Just leave the magazine out of the gun.

But your suggestion of using a snap-cap as the second round is an excellent one. It's better for the gun, if you use a snap-cap.


----------



## Steve M1911A1 (Feb 6, 2008)

*chip2*;

The "secret" of trigger control is something that my dancer-wife calls "isolation."
Loosening your grip is not the real answer. It'll take you in the wrong direction. It may even eventually cause your groups to open up again.

You need to "isolate" your trigger finger.
That is, you need to be able to grip your pistol very firmly, which gives you both sight-picture and recoil-recovery control, while leaving your trigger finger both loose and able to move entirely independently of the other fingers of that hand.

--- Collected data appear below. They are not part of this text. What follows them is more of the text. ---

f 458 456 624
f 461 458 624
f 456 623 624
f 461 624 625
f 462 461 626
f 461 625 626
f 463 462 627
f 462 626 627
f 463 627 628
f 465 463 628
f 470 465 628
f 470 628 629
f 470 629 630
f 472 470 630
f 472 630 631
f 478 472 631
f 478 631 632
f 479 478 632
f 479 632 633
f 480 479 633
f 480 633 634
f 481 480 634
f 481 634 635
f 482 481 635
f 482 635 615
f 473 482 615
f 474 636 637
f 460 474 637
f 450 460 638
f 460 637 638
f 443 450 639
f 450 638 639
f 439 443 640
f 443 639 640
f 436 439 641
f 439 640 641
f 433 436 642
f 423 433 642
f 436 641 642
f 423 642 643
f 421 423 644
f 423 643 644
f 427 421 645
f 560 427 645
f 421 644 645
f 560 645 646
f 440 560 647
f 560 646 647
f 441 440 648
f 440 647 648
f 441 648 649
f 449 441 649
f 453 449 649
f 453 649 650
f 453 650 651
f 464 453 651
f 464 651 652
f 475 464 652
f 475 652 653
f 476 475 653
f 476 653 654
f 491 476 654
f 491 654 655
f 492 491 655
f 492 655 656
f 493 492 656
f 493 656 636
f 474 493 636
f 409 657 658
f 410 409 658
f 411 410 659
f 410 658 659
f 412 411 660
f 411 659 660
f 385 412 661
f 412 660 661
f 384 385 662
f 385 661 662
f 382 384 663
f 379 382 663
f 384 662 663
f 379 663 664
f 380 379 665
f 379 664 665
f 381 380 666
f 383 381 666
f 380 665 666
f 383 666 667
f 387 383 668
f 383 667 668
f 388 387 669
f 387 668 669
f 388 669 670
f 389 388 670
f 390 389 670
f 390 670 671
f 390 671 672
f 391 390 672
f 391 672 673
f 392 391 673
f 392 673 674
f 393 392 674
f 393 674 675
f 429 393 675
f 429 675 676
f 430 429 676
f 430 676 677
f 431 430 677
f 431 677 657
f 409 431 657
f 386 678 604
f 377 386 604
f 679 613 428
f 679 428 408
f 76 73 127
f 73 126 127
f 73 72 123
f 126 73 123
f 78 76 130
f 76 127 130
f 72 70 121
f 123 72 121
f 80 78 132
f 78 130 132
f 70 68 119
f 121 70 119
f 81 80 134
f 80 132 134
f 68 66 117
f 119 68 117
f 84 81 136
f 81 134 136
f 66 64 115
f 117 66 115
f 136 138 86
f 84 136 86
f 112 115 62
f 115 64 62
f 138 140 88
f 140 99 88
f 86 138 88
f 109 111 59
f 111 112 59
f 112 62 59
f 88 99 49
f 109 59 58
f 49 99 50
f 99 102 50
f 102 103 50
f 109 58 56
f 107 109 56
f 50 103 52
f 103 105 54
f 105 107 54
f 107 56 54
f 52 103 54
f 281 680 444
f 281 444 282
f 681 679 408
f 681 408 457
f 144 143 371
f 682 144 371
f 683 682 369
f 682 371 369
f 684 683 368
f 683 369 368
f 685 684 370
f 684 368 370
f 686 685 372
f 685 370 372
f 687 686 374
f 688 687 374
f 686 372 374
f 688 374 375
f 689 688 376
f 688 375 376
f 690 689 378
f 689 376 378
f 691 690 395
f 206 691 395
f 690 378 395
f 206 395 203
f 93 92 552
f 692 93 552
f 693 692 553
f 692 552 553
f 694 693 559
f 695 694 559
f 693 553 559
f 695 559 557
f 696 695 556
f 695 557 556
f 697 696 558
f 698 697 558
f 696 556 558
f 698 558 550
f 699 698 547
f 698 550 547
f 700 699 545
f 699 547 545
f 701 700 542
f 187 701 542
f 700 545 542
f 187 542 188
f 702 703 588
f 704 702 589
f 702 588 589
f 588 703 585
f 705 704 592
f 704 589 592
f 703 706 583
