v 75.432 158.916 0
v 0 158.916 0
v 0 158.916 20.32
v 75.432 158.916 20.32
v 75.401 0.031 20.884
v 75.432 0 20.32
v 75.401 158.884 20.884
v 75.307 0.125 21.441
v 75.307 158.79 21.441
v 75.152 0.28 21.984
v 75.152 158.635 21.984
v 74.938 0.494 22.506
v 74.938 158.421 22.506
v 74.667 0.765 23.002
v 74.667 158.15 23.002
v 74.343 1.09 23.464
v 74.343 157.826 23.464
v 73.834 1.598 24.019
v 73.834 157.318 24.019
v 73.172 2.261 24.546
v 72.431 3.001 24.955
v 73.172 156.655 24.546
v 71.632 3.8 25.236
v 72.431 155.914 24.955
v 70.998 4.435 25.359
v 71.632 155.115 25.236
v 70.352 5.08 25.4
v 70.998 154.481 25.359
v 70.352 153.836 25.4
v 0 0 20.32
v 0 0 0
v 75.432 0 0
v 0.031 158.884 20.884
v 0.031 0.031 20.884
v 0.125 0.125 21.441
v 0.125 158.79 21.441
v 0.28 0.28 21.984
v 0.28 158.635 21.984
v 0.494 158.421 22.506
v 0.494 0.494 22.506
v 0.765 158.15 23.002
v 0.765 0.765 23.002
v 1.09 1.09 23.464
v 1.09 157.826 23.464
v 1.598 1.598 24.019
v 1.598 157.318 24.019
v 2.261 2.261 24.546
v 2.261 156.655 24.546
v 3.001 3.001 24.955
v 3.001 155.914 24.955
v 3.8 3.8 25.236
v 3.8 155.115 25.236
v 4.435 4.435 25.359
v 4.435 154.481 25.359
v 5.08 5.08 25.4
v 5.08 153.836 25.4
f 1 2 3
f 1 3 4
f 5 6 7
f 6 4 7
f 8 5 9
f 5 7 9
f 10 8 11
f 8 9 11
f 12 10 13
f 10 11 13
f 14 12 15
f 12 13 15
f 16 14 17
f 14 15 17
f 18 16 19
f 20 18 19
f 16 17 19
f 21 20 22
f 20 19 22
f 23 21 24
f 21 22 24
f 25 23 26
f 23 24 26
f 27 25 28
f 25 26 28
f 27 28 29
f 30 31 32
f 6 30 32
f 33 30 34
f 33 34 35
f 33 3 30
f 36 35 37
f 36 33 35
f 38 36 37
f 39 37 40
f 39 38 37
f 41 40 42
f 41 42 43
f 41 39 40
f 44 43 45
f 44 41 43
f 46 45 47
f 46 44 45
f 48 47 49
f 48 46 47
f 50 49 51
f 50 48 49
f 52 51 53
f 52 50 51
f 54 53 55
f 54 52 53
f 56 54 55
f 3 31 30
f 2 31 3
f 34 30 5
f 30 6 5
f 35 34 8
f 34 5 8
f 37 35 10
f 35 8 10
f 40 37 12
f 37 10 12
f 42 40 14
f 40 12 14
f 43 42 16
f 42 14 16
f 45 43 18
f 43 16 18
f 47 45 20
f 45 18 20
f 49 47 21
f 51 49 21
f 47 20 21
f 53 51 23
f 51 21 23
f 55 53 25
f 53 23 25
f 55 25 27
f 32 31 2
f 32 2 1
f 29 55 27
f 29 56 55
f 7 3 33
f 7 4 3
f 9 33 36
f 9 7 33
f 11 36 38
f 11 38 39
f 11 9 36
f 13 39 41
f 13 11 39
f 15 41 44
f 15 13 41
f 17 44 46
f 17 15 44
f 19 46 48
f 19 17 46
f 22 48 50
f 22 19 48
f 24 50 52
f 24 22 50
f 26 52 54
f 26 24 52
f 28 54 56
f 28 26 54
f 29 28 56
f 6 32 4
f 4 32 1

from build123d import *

# Parameters (mm, degrees)
F0_W      = 76.2
F0_H      = 76.2
F1_DEPTH  = 76.2
F2_R      = 5.08
F4_W      = 76.2
F4_H      = 76.2
F5_DEPTH  = 76.2
F6_W      = 50.8
F6_H      = 50.8
F7_DEPTH  = 50.8
F9_W      = 75.4324346781
F9_H      = 158.9155644178
F10_DEPTH = 25.4
F11_R     = 5.08


with BuildPart() as f1:
    # F0 (on Top) → F1 (new body)
    with BuildSketch(Plane.XY):
        with Locations((-38.1, 38.1)):
            Rectangle(F0_W, F0_H)
    extrude(amount=F1_DEPTH)

    # F2
    f2_edges = [f1.edges().sort_by_distance(p)[0] for p in [
        (-38.1, 0, 76.2),
        (0, 0, 38.1),
        (0, 76.2, 38.1),
        (0, 38.1, 0),
        (0, 38.1, 76.2),
        (-38.1, 76.2, 76.2),
        (-76.2, 38.1, 76.2),
        (-76.2, 0, 38.1),
    ]]
    fillet(f2_edges, radius=F2_R)


with BuildPart() as f5:
    # F4 (on Top) → F5 (new body)
    with BuildSketch(Plane.XY):
        with Locations((-38.1, 38.1)):
            Rectangle(F4_W, F4_H)
    extrude(amount=F5_DEPTH)

    # F6 (on face) → F7 (join)
    with BuildSketch(Plane.YZ):
        with Locations((46.7064439595, 25.4)):
            Rectangle(F6_W, F6_H)
    extrude(amount=F7_DEPTH)


with BuildPart() as f10:
    # F9 (on Top) → F10 (new body)
    with BuildSketch(Plane.XY):
        with Locations((37.716217339, 79.4577822089)):
            Rectangle(F9_W, F9_H)
    extrude(amount=F10_DEPTH)

    # F11
    f11_edges = [f10.edges().sort_by_distance(p)[0] for p in [
        (37.716217, 0, 25.4),
        (75.432435, 79.457782, 25.4),
        (37.716217, 158.915564, 25.4),
        (0, 79.457782, 25.4),
    ]]
    fillet(f11_edges, radius=F11_R)


solid = f10.part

If your trigger finger cannot "isolate" itself, your other fingers will move along with it. This is called "milking" the gun, and it is why your previous shots went low (and probably left as well). So you need to practice isolating your trigger finger.
Grip the pistol as firmly as you can, but do whatever you need to do to allow your trigger finger freedom of independent movement. Maintaining that condition, press (not "pull") the trigger straight to the rear. Concentrate upon maintaining that firm grip, but letting the trigger finger move independently.

This practice is best done with a proven-empty pistol aimed at a blank, featureless segment of light-colored wall. Grip the gun firmly. Slowly and smoothly press the trigger while watching its sights to see that the pistol does not move.
When you can actually accomplish that, go to the range and try it with live ammunition. You will be pleasantly surprised.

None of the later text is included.